- **Requirement**: Look below for the line that contains "f 274 273 125", then copy it and each following line exactly, through and including the line that contains "f 288 245 248".

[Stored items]
================

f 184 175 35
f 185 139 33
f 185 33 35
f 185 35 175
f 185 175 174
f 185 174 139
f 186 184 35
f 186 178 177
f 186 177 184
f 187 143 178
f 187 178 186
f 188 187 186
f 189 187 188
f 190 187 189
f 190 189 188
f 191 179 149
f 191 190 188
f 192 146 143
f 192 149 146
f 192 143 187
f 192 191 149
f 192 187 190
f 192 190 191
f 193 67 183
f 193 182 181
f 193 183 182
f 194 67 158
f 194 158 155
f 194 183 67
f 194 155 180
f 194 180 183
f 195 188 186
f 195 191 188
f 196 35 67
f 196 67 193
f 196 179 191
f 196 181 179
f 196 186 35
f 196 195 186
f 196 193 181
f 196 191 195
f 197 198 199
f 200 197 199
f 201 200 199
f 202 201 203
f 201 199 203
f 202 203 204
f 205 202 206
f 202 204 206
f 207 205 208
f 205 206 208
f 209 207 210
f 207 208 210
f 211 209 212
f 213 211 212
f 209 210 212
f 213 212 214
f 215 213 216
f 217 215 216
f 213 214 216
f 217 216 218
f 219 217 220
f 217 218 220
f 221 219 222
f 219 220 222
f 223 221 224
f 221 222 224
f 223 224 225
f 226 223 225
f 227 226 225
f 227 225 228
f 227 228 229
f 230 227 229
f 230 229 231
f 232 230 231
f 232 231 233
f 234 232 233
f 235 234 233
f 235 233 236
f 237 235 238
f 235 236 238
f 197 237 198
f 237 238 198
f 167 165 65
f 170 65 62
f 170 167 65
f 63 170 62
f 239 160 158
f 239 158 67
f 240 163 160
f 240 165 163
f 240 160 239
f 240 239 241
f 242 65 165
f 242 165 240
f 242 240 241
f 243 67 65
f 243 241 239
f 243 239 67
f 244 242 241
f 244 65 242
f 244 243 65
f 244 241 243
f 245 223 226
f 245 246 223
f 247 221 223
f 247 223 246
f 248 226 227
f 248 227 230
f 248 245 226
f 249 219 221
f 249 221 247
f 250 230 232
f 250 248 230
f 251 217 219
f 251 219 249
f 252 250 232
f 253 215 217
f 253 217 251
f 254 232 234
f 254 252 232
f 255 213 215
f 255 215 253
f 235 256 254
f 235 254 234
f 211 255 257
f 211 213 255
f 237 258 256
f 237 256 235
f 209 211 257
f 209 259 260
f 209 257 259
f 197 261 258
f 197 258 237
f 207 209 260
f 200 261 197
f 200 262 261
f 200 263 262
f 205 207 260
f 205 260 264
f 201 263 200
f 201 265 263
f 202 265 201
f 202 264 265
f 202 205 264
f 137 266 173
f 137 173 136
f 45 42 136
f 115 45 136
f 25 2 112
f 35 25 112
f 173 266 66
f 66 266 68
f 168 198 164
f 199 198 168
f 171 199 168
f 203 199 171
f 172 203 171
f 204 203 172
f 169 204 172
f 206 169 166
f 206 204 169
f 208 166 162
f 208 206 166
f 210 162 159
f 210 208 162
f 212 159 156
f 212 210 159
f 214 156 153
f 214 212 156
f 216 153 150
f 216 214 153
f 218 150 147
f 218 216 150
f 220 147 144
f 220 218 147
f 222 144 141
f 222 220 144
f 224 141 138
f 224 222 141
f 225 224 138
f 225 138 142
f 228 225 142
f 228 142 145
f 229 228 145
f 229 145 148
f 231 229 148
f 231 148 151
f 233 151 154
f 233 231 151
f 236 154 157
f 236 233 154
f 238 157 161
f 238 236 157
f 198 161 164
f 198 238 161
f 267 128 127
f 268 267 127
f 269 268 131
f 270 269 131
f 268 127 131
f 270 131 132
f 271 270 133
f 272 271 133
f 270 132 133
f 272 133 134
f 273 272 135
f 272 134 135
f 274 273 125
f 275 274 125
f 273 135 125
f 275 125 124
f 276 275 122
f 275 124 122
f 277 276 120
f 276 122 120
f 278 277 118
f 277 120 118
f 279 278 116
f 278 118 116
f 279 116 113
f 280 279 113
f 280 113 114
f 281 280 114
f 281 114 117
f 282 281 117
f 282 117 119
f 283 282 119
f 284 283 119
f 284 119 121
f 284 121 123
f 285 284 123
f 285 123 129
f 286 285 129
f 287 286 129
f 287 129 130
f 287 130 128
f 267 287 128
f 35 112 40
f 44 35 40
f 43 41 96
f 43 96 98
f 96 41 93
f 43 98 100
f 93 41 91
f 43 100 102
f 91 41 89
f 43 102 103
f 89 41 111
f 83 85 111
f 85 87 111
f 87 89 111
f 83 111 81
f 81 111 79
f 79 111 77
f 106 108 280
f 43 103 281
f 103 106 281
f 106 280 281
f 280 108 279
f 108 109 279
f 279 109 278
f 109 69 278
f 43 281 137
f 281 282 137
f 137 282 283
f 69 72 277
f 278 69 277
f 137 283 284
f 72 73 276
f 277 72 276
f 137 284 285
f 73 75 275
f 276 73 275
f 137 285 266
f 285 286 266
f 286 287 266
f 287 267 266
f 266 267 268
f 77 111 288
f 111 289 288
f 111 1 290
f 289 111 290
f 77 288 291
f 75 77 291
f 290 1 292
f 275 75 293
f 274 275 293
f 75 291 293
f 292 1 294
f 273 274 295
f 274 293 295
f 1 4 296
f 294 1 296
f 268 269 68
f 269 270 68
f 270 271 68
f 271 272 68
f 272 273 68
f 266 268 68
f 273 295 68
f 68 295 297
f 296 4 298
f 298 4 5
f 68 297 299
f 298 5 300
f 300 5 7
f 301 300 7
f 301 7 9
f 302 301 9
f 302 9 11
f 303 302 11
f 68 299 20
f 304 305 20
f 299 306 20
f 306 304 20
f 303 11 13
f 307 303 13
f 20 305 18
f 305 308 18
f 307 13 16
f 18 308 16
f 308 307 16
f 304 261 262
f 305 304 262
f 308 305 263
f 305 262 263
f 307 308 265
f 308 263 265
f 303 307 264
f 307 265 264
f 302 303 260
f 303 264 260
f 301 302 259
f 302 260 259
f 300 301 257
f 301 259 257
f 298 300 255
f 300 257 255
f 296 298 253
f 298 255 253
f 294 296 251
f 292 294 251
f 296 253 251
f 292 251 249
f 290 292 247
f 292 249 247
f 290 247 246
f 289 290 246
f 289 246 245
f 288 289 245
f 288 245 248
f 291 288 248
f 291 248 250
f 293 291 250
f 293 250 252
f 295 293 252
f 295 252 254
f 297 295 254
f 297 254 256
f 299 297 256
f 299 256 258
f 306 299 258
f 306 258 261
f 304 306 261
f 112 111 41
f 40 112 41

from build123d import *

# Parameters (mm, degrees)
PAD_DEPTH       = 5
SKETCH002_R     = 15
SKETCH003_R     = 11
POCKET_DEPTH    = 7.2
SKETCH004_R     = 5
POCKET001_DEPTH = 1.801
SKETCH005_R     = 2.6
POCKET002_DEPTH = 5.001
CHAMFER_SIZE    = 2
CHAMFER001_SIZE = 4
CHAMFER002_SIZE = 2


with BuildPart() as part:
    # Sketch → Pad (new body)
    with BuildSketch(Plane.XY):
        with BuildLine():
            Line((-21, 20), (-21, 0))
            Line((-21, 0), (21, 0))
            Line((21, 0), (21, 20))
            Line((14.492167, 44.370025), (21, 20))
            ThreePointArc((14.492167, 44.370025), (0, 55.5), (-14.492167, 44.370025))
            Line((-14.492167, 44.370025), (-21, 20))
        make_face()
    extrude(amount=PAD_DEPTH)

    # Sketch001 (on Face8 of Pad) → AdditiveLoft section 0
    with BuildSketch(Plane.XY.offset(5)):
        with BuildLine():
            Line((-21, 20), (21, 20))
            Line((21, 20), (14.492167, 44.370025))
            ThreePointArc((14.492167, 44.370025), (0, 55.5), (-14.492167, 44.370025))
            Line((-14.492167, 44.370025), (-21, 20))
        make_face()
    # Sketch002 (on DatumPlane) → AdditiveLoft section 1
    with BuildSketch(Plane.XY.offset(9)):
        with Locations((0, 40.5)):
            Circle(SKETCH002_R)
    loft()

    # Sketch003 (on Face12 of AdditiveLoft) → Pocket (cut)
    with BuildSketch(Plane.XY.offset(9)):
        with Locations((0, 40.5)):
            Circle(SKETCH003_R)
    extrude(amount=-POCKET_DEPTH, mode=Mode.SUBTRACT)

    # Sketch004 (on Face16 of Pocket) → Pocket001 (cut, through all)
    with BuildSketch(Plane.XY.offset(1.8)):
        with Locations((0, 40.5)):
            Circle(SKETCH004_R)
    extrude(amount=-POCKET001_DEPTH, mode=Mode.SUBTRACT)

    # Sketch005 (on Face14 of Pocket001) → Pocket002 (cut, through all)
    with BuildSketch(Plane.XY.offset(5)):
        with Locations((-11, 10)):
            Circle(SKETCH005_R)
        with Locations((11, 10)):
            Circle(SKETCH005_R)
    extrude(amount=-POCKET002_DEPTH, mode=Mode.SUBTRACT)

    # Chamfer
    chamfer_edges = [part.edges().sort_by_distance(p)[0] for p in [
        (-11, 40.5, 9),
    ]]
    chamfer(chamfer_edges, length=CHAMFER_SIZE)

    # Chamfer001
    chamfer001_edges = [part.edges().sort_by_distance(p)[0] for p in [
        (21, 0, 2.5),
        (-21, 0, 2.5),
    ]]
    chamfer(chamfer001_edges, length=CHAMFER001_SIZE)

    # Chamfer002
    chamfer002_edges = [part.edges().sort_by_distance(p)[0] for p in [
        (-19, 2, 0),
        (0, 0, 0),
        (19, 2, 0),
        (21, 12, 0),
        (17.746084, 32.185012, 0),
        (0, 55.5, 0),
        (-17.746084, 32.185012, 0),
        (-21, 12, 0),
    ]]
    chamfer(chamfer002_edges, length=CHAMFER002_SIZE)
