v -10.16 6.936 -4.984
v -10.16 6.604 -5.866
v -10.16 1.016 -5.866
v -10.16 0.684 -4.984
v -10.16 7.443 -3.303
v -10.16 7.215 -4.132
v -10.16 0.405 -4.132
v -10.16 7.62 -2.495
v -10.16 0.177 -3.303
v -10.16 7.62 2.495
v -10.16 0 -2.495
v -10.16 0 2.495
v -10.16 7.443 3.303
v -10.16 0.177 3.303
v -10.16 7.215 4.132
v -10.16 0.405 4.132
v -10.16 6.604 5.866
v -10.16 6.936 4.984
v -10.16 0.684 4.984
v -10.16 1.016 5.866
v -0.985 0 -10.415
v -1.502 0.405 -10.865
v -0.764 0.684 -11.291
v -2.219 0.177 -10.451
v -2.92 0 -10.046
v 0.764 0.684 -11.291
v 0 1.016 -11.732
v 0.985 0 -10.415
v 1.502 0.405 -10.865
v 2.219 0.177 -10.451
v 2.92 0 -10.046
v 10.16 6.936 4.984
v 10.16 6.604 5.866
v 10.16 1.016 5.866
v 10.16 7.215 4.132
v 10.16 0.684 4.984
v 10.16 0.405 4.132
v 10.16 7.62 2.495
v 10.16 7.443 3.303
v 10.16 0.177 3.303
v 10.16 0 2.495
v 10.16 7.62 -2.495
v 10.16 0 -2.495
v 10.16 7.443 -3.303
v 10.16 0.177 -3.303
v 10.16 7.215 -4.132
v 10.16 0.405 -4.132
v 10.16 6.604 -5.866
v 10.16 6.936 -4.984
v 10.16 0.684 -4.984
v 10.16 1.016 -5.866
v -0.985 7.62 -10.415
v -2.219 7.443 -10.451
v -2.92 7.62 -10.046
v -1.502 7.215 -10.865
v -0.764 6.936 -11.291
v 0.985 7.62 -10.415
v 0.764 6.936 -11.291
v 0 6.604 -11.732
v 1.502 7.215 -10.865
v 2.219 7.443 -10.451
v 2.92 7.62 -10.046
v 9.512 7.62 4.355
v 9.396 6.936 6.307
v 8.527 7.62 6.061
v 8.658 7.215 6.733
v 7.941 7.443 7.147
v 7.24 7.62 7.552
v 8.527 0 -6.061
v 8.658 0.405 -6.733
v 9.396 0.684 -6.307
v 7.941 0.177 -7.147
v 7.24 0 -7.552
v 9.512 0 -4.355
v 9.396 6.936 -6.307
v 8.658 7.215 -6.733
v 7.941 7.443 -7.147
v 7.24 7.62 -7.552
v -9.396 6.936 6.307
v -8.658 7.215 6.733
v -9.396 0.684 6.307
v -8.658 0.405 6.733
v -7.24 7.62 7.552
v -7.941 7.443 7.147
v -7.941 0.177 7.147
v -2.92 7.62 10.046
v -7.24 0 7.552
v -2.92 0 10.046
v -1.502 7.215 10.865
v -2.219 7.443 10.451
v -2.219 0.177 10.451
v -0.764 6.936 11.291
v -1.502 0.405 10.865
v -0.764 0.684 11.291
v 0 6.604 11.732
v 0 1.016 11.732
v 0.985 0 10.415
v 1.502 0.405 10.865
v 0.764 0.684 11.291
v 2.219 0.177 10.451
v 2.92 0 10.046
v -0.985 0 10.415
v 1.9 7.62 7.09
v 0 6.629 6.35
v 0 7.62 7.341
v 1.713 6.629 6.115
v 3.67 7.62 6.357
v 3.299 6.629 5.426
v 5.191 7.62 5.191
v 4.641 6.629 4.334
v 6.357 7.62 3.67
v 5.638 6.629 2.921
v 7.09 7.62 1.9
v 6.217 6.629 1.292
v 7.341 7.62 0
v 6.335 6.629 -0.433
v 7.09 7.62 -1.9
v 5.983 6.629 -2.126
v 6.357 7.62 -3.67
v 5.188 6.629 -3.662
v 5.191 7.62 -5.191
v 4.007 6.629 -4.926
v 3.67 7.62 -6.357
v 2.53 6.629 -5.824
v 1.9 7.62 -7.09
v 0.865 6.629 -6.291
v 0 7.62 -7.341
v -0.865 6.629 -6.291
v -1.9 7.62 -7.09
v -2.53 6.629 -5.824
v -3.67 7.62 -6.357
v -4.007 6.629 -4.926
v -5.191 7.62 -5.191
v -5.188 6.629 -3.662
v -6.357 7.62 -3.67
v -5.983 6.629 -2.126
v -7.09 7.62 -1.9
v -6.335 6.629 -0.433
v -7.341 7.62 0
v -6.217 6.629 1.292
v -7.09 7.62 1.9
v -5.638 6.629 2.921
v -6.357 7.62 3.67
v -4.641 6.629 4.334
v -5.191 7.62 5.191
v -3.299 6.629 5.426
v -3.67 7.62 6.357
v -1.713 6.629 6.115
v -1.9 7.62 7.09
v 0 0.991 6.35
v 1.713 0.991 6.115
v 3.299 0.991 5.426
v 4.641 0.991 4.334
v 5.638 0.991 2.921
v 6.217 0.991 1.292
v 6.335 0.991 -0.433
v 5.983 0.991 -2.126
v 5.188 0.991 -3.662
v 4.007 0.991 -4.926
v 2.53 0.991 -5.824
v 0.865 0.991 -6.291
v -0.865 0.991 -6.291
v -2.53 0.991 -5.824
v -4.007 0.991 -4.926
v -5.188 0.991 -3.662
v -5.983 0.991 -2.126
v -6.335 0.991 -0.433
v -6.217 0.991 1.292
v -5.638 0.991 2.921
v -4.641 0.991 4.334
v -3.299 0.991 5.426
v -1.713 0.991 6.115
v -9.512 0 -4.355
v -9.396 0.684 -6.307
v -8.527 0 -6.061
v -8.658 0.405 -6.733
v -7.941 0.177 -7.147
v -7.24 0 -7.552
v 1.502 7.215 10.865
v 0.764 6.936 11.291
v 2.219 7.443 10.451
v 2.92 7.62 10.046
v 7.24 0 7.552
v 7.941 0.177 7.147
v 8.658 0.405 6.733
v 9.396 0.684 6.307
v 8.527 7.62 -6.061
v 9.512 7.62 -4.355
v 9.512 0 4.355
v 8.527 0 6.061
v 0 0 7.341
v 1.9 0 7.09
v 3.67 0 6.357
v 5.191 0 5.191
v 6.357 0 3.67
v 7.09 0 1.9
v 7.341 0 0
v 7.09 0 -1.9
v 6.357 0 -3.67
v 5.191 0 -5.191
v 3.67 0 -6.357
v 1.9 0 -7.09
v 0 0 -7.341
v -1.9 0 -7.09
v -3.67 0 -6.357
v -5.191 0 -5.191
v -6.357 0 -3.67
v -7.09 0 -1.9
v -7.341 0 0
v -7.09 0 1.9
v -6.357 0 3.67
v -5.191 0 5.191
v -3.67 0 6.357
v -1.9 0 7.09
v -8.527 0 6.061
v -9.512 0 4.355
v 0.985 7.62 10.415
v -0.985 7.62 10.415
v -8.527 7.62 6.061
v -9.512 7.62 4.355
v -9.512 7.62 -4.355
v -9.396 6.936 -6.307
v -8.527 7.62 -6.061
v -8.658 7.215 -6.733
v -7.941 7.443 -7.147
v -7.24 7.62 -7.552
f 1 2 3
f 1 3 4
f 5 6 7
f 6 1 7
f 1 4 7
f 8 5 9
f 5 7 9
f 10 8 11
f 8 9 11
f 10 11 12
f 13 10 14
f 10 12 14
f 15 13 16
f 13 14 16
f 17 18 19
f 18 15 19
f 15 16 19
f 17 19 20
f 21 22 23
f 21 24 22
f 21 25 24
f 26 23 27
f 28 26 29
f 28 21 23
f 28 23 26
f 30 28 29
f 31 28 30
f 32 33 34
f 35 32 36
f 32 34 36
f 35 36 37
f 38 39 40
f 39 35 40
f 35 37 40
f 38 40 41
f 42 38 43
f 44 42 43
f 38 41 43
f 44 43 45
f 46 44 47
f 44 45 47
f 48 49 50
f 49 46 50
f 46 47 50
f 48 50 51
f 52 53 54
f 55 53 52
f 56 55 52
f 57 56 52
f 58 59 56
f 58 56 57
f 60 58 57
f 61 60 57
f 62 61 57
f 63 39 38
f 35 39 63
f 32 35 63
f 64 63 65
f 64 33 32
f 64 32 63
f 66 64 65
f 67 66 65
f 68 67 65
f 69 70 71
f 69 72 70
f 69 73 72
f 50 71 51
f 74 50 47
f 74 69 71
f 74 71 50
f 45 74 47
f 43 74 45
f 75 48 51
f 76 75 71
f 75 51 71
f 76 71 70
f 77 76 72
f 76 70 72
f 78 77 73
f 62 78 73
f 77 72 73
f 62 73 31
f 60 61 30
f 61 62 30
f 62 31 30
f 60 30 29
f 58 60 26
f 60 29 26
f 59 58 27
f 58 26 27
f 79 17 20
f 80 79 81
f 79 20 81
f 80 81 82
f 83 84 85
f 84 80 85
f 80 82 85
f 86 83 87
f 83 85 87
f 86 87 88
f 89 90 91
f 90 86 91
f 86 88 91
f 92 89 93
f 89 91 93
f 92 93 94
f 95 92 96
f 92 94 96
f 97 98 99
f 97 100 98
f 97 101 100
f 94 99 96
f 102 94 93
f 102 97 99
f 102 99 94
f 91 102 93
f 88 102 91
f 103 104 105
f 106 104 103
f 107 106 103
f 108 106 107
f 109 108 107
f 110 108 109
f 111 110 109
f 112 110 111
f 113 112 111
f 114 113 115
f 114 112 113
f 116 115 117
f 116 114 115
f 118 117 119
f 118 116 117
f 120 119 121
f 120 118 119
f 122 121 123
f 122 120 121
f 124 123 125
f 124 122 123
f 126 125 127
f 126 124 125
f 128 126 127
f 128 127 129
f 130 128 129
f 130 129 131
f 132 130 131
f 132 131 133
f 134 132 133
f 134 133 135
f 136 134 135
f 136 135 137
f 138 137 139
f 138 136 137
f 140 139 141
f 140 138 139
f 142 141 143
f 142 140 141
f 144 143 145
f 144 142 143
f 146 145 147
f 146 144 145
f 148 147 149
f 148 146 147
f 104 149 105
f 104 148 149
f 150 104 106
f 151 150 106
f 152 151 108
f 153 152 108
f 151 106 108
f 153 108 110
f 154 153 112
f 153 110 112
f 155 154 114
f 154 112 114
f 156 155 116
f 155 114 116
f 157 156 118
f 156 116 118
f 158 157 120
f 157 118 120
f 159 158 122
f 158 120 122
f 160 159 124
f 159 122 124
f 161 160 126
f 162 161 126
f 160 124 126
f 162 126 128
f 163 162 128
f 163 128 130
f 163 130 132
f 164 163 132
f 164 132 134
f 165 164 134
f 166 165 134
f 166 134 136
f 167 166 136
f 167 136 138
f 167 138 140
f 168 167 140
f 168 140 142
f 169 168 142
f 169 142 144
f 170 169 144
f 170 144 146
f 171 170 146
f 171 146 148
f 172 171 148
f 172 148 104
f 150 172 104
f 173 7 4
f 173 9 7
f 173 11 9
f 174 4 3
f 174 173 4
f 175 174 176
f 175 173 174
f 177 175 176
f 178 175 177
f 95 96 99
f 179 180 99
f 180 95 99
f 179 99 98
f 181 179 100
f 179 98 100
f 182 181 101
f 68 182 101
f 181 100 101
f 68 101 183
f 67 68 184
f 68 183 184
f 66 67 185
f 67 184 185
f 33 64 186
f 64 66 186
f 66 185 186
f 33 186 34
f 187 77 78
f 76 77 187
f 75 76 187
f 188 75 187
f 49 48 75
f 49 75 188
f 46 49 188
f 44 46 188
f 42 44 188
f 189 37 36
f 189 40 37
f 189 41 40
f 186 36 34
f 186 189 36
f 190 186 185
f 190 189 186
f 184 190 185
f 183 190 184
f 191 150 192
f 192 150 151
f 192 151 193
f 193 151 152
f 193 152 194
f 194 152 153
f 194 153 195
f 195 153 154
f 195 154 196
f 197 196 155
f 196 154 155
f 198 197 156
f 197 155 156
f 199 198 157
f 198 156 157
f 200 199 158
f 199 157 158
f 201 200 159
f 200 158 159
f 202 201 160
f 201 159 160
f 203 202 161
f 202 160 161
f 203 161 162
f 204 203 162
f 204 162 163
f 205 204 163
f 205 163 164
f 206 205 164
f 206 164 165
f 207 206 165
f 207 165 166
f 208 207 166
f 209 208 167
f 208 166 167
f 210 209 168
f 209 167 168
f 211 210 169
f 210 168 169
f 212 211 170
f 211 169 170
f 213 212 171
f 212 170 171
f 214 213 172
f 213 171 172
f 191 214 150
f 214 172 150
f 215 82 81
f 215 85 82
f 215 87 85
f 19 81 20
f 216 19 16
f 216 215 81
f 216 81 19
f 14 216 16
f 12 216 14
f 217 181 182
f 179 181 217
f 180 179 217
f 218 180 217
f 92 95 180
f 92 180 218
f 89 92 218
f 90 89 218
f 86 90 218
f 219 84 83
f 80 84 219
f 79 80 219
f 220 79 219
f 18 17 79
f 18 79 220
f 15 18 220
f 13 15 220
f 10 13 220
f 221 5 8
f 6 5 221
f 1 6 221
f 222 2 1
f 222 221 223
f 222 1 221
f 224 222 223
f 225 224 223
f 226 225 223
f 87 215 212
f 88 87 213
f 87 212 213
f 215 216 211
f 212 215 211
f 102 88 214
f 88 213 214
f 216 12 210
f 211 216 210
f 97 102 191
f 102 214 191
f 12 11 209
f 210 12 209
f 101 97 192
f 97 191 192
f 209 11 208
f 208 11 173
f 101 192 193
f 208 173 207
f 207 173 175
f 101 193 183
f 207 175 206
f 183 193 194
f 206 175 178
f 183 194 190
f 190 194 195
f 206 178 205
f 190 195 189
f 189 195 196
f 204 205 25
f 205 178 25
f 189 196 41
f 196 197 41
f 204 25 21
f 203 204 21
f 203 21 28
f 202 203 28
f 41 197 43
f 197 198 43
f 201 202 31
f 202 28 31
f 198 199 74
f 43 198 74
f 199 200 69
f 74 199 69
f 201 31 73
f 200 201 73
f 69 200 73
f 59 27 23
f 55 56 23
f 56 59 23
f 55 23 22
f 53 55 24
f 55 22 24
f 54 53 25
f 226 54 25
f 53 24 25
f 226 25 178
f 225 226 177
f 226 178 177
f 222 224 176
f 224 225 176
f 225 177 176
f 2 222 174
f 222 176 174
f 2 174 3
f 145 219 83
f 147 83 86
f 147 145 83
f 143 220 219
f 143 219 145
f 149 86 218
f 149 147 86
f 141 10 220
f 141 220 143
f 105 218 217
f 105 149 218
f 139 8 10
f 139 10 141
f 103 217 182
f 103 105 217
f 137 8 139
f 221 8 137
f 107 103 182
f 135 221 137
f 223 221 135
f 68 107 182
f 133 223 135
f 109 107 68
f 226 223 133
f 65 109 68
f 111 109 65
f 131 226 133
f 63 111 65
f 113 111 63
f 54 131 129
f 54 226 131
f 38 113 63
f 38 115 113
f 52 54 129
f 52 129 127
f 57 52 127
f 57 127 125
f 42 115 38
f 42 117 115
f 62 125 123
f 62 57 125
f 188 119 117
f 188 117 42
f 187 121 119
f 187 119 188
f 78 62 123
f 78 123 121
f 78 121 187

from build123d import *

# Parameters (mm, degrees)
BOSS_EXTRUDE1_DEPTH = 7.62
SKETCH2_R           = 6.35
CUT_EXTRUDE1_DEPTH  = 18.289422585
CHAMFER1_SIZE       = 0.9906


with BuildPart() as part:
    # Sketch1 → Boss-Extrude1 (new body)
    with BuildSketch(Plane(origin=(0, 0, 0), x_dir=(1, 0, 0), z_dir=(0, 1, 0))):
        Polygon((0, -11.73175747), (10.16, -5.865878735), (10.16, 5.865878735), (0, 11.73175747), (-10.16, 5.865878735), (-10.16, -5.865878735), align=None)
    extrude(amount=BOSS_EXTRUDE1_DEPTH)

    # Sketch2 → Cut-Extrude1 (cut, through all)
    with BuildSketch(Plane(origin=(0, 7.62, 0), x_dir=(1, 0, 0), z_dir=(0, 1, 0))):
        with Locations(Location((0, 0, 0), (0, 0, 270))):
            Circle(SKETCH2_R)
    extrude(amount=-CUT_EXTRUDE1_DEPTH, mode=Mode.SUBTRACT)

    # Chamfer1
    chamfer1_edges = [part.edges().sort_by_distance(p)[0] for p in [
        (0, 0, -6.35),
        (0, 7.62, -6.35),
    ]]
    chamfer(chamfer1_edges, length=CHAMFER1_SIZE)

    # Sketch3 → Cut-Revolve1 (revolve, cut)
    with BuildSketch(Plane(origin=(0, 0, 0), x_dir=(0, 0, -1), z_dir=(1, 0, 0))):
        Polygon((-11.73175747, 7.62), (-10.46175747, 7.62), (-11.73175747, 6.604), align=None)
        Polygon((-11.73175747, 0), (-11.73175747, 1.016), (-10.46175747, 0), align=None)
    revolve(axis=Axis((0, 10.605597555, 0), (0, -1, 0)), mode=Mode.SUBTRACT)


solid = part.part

================

- **Answer area**:
f 274 273 125
f 275 274 125
f 273 135 125
f 275 125 124
f 276 275 122
f 275 124 122
f 277 276 120
f 276 122 120
f 278 277 118
f 277 120 118
f 279 278 116
f 278 118 116
f 279 116 113
f 280 279 113
f 280 113 114
f 281 280 114
f 281 114 117
f 282 281 117
f 282 117 119
f 283 282 119
f 284 283 119
f 284 119 121
f 284 121 123
f 285 284 123
f 285 123 129
f 286 285 129
f 287 286 129
f 287 129 130
f 287 130 128
f 267 287 128
f 35 112 40
f 44 35 40
f 43 41 96
f 43 96 98
f 96 41 93
f 43 98 100
f 93 41 91
f 43 100 102
f 91 41 89
f 43 102 103
f 89 41 111
f 83 85 111
f 85 87 111
f 87 89 111
f 83 111 81
f 81 111 79
f 79 111 77
f 106 108 280
f 43 103 281
f 103 106 281
f 106 280 281
f 280 108 279
f 108 109 279
f 279 109 278
f 109 69 278
f 43 281 137
f 281 282 137
f 137 282 283
f 69 72 277
f 278 69 277
f 137 283 284
f 72 73 276
f 277 72 276
f 137 284 285
f 73 75 275
f 276 73 275
f 137 285 266
f 285 286 266
f 286 287 266
f 287 267 266
f 266 267 268
f 77 111 288
f 111 289 288
f 111 1 290
f 289 111 290
f 77 288 291
f 75 77 291
f 290 1 292
f 275 75 293
f 274 275 293
f 75 291 293
f 292 1 294
f 273 274 295
f 274 293 295
f 1 4 296
f 294 1 296
f 268 269 68
f 269 270 68
f 270 271 68
f 271 272 68
f 272 273 68
f 266 268 68
f 273 295 68
f 68 295 297
f 296 4 298
f 298 4 5
f 68 297 299
f 298 5 300
f 300 5 7
f 301 300 7
f 301 7 9
f 302 301 9
f 302 9 11
f 303 302 11
f 68 299 20
f 304 305 20
f 299 306 20
f 306 304 20
f 303 11 13
f 307 303 13
f 20 305 18
f 305 308 18
f 307 13 16
f 18 308 16
f 308 307 16
f 304 261 262
f 305 304 262
f 308 305 263
f 305 262 263
f 307 308 265
f 308 263 265
f 303 307 264
f 307 265 264
f 302 303 260
f 303 264 260
f 301 302 259
f 302 260 259
f 300 301 257
f 301 259 257
f 298 300 255
f 300 257 255
f 296 298 253
f 298 255 253
f 294 296 251
f 292 294 251
f 296 253 251
f 292 251 249
f 290 292 247
f 292 249 247
f 290 247 246
f 289 290 246
f 289 246 245
f 288 289 245
f 288 245 248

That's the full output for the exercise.